Problemas de humedad y condensación
Problemas de humedad en un piso: leer el síntoma antes de actuar
Las tres guías de esta sección describen el mismo fenómeno en tres momentos distintos: cuando solo hay agua en el cristal, cuando ya hay mancha en la pared y cuando todo empezó justo después de una reforma. Antes de decidir qué hacer conviene saber en cuál de los tres estás, porque la medida que resuelve uno puede no tocar nada en los otros.
En esta sección
- Condensación en las ventanas: lo que el cristal avisa antes que la pared
El primer aviso y el más fácil de interpretar: el agua del vidrio significa una cosa distinta según esté por dentro, por fuera o entre los dos cristales.
- Condensación en las paredes: el mecanismo y las tres palancas
El mismo fenómeno cuando ya ha llegado al muro. Qué tres factores actúan a la vez y por qué la mancha sale donde no se genera el vapor.
- Condensación después de cambiar las ventanas: qué ha cambiado en realidad
Para el caso que tiene fecha: ventanas nuevas, vivienda más estanca y una vía de renovación de aire que desaparece sin sustituto.
El agua que ves ya estaba dentro de casa
Esa es la diferencia entre esta familia de páginas y el resto de humedades. En una condensación no entra agua por ningún sitio: el vapor que producen las duchas, la cocina, la ropa tendida dentro y las propias personas se vuelve líquido en cuanto encuentra una superficie por debajo de su punto de rocío.
De ahí salen los tres síntomas de esta sección. No son tres averías, son tres fotogramas del mismo proceso.
Por qué el recorrido empieza en el cristal
Un vidrio es delgado, no acumula calor y da directamente a la calle, así que suele ser la primera superficie de la habitación en bajar del punto de rocío. Cuando el agua ha llegado al muro o al fondo de un armario, el mecanismo lleva funcionando bastante más tiempo.
Por eso la primera guía no es la versión pequeña de la segunda. Es la que permite recorrer la casa entera una mañana temprano y salir con un mapa: en qué habitaciones hay agua, en qué parte del hueco y qué puertas pasaron la noche cerradas.
La pregunta que más ordena el caso: ¿desde cuándo?
Antes que cualquier medición está la fecha. Una humedad que ha estado siempre y otra que arrancó un mes concreto —después de cambiar la carpintería, de cerrar una galería, de que en casa vivan más personas— piden lecturas distintas aunque la mancha se parezca.
Cuando la respuesta es "desde la obra", la tercera guía va primero: lo que ha cambiado no es cuánto vapor se genera, sino por dónde se iba.
Lo que estas páginas no pueden decidir por ti
No toda la humedad es condensación. Una filtración, una humedad que sube desde el terreno o una entrada de agua de lluvia son mecanismos distintos, se corrigen de otra manera y no se separan con fiabilidad sin ver la vivienda. Renovar mejor el aire no los toca.
Tampoco hay aquí un dictamen sobre tu caso, ningún cálculo de caudales ni ningún servicio. Y nada de lo que se explica pasa por abrir un conducto comunitario, manipular una instalación eléctrica o aplicar productos sobre el moho.

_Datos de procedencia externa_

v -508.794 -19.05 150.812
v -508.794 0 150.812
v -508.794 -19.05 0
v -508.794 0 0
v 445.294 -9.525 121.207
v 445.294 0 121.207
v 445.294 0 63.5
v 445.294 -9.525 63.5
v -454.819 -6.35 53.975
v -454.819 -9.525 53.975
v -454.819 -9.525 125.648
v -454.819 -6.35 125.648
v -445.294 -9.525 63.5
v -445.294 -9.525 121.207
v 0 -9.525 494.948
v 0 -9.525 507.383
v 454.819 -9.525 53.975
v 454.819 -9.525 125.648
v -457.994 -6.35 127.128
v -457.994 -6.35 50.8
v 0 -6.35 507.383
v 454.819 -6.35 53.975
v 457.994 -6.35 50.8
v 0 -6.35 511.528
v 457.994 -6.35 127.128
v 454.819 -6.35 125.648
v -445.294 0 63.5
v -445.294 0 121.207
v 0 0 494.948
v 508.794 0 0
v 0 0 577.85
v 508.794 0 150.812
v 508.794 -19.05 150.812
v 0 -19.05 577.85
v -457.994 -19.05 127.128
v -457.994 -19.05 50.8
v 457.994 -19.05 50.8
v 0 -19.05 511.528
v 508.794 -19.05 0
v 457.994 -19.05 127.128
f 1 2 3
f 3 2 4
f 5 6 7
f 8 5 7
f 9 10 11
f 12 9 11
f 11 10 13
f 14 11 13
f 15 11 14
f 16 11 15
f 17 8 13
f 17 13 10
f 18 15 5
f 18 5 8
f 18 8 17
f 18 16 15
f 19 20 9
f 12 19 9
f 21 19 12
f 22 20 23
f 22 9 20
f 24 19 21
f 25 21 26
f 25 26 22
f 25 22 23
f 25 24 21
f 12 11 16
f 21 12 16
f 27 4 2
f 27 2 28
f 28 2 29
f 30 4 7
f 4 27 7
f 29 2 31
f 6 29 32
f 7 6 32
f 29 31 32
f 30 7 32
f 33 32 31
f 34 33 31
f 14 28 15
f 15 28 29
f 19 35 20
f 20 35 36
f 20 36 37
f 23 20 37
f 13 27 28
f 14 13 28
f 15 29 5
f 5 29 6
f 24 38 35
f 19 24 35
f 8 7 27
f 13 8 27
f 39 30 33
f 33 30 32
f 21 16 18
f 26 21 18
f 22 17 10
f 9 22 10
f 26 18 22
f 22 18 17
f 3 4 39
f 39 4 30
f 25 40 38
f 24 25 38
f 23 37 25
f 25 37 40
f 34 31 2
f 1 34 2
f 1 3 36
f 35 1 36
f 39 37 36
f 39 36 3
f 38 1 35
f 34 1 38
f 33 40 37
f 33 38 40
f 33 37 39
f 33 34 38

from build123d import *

# Parameters (mm, degrees)
F1_DEPTH = 19.05
F4_DEPTH = 9.525
F6_DEPTH = 3.175


with BuildPart() as f1:
    # F0 (on Front) → F1 (new body)
    with BuildSketch(Plane.XZ):
        Polygon((-508.79375, 0), (0, 0), (508.79375, 0), (508.79375, 150.8125), (0, 577.85), (-508.79375, 150.8125), align=None)
        Polygon((0, 63.5), (-445.29375, 63.5), (-445.29375, 121.206816), (0, 494.947904), (445.29375, 121.206816), (445.29375, 63.5), align=None, mode=Mode.SUBTRACT)
    extrude(amount=F1_DEPTH)

    # F3 (on face) → F4 (cut)
    with BuildSketch(Plane.XZ.offset(19.05)):
        Polygon((457.99375, 50.8), (457.99375, 127.127953), (0, 511.528323), (-457.99375, 127.127953), (-457.99375, 50.8), align=None)
        Polygon((-445.29375, 63.5), (-445.29375, 121.206816), (0, 494.947904), (445.29375, 121.206816), (445.29375, 63.5), align=None, mode=Mode.SUBTRACT)
    extrude(amount=-F4_DEPTH, mode=Mode.SUBTRACT)

    # F5 (on face) → F6 (cut)
    with BuildSketch(Plane.XZ.offset(9.525)):
        Polygon((0, 511.528323), (-457.99375, 127.127953), (-457.99375, 50.8), (457.99375, 50.8), (457.99375, 127.127953), align=None)
        Polygon((0, 507.383218), (454.81875, 125.647669), (454.81875, 53.975), (-454.81875, 53.975), (-454.81875, 125.647669), align=None, mode=Mode.SUBTRACT)
    extrude(amount=-F6_DEPTH, mode=Mode.SUBTRACT)


solid = f1.part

Antes de comprar un aparato
En una condensación actúan tres cosas a la vez: el vapor que se genera dentro, el aire que se renueva y la temperatura de las superficies más frías. Toda medida que funcione mueve alguna de las tres, y hay un gesto que no mueve ninguna: secar el cristal cada mañana.

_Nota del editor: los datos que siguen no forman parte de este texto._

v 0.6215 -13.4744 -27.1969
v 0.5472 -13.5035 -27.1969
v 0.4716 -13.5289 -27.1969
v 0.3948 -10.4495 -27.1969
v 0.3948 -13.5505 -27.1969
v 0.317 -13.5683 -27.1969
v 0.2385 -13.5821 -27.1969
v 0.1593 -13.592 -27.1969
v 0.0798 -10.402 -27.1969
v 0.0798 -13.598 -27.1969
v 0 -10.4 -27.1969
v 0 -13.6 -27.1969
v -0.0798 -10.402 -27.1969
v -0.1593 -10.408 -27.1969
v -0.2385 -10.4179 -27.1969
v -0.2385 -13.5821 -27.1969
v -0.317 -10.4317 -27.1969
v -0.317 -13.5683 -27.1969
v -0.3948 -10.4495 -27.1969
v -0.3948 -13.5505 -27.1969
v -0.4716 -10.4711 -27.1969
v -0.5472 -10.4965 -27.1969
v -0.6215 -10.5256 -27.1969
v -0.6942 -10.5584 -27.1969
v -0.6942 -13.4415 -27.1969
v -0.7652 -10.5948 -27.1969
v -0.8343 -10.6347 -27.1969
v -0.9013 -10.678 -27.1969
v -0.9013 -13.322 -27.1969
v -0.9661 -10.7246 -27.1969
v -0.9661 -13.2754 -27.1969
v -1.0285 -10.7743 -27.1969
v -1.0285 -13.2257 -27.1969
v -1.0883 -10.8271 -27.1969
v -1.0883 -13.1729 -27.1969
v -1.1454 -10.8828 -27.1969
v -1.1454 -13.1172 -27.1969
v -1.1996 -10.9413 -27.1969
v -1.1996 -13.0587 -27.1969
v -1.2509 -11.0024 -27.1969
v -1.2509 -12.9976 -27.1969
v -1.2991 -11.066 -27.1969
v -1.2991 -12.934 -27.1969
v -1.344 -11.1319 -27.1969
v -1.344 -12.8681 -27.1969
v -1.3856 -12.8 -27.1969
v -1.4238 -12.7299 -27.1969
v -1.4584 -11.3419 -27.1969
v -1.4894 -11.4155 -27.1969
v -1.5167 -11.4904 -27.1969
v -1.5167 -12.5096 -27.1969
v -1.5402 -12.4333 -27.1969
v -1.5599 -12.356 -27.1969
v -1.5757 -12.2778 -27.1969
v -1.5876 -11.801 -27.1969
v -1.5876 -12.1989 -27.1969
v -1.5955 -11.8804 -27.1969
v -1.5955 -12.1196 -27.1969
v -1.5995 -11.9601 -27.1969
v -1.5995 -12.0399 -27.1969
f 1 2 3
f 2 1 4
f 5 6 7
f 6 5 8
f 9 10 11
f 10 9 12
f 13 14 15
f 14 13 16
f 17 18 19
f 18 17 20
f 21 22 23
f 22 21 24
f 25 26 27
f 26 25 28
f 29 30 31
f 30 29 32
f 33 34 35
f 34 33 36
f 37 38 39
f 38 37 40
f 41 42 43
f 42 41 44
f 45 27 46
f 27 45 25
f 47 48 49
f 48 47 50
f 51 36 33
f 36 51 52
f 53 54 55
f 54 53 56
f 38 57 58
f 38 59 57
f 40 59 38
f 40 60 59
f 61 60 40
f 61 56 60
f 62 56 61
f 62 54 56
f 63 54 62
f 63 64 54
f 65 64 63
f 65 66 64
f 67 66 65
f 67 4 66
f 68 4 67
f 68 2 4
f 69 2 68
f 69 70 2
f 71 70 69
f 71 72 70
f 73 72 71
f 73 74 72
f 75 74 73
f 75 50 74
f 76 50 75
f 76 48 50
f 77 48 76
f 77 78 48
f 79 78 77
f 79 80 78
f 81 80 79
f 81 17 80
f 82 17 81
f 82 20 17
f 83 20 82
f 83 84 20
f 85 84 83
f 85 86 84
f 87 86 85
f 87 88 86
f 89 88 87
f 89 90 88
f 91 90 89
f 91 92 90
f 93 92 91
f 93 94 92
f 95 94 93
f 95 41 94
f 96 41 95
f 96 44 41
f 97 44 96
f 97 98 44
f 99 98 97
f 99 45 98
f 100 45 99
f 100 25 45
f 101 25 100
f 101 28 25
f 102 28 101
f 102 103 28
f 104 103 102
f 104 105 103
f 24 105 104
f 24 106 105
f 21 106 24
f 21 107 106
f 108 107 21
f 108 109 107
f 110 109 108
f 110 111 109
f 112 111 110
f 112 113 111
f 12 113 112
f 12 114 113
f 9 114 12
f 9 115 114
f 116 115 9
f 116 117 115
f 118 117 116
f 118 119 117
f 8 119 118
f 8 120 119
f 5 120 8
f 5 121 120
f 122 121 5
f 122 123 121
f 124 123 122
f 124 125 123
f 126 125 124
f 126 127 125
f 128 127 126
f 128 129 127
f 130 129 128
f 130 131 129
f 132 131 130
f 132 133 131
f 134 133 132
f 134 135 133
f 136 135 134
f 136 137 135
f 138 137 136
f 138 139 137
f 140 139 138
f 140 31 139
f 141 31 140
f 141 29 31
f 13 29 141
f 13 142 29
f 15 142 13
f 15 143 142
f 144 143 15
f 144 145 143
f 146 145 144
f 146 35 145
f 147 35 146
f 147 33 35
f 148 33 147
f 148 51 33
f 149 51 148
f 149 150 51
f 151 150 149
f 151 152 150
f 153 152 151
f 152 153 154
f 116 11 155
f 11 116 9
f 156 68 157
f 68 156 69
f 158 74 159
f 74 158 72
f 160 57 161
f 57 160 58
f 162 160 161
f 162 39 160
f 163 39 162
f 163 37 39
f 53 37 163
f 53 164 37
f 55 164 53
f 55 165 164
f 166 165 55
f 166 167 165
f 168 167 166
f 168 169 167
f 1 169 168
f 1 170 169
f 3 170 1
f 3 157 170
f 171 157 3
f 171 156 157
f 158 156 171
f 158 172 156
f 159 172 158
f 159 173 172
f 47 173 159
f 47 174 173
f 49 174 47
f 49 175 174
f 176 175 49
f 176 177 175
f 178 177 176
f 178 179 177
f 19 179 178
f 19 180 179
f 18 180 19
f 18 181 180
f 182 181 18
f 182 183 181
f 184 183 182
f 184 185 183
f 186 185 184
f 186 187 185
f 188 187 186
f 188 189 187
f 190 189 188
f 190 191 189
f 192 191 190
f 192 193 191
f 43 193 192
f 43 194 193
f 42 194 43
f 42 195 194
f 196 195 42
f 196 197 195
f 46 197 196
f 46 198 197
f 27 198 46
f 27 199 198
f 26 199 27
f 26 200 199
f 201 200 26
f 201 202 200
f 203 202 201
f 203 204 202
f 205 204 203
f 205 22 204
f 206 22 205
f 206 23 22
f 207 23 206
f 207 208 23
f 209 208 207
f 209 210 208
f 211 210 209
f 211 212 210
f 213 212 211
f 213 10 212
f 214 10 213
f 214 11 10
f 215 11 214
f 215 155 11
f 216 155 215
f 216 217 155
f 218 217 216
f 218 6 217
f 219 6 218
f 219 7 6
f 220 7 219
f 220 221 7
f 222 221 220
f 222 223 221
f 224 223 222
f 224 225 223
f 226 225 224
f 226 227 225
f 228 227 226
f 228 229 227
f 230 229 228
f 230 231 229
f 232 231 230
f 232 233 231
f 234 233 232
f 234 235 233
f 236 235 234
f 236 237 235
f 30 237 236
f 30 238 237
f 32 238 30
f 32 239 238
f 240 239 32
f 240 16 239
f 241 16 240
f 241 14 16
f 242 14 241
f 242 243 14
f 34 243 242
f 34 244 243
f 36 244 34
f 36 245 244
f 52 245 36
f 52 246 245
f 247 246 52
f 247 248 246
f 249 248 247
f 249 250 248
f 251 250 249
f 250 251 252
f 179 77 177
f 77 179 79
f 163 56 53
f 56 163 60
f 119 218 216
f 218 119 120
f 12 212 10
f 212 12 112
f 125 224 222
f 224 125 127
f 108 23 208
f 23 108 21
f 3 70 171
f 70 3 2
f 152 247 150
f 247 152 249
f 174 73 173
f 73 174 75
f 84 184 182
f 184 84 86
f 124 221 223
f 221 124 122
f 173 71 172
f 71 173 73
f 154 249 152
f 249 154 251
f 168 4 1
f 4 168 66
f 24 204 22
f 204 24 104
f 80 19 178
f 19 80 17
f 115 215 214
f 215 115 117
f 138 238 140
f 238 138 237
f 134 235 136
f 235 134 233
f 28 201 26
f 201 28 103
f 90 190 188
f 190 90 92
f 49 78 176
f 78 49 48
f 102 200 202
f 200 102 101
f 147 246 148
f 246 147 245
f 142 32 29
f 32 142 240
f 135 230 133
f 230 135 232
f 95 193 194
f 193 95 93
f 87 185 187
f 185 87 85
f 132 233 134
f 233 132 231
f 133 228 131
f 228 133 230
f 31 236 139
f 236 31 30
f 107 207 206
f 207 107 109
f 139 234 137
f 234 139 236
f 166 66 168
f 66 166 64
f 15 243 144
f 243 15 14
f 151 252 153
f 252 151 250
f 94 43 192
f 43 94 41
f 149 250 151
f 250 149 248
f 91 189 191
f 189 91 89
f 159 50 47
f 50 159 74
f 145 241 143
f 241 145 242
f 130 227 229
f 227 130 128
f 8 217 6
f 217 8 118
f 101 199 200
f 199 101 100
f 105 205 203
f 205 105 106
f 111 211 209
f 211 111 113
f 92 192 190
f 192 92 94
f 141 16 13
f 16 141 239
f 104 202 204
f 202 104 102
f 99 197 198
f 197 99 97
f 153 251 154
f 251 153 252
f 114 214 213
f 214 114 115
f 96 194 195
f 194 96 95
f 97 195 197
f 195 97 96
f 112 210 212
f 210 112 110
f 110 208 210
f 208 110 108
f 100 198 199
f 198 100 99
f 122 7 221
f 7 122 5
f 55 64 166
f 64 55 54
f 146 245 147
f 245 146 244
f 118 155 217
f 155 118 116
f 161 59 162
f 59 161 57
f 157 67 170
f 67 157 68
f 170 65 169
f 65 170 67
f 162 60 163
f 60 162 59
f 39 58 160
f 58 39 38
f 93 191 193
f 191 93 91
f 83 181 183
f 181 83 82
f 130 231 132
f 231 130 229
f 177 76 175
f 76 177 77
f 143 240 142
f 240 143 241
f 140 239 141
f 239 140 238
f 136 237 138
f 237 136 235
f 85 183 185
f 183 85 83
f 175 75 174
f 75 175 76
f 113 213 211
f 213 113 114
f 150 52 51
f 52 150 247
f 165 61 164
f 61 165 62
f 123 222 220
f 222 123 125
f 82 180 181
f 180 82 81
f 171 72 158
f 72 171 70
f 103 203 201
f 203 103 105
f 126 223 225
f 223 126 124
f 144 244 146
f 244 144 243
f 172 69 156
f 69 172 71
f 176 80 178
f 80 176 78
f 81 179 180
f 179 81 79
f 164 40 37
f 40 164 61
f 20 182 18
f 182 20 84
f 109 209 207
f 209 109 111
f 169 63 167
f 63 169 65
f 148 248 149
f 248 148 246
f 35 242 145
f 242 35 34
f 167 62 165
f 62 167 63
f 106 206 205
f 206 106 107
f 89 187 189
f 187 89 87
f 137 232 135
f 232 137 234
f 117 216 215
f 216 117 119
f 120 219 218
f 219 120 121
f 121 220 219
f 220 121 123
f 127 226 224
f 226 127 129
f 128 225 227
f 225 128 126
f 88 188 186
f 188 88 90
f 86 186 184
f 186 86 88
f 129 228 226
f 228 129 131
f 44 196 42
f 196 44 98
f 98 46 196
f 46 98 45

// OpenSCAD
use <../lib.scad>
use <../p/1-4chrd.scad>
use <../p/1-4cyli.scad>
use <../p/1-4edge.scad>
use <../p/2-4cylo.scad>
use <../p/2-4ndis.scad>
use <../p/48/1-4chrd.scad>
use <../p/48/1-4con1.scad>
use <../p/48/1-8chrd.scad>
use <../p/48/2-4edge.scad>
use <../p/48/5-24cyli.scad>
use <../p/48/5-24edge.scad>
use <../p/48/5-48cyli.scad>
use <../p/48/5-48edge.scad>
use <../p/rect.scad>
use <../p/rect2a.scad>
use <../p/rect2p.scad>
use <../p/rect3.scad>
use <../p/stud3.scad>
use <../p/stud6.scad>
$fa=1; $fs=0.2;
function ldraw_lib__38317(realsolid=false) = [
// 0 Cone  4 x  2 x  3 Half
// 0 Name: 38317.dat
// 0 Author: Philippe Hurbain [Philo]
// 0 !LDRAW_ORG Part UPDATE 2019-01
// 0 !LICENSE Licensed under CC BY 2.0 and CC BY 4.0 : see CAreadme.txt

Averiguar cuál de las tres tienes peor cuesta una semana de mirar y no cuesta dinero. Es exactamente lo que estas tres páginas están escritas para ayudarte a hacer.
Y conviene hacerlo aquí, no con consejos importados: en la costa mediterránea los inviernos son suaves y húmedos y los veranos calurosos y húmedos, de modo que las recetas pensadas para climas fríos y secos no encajan tal cual.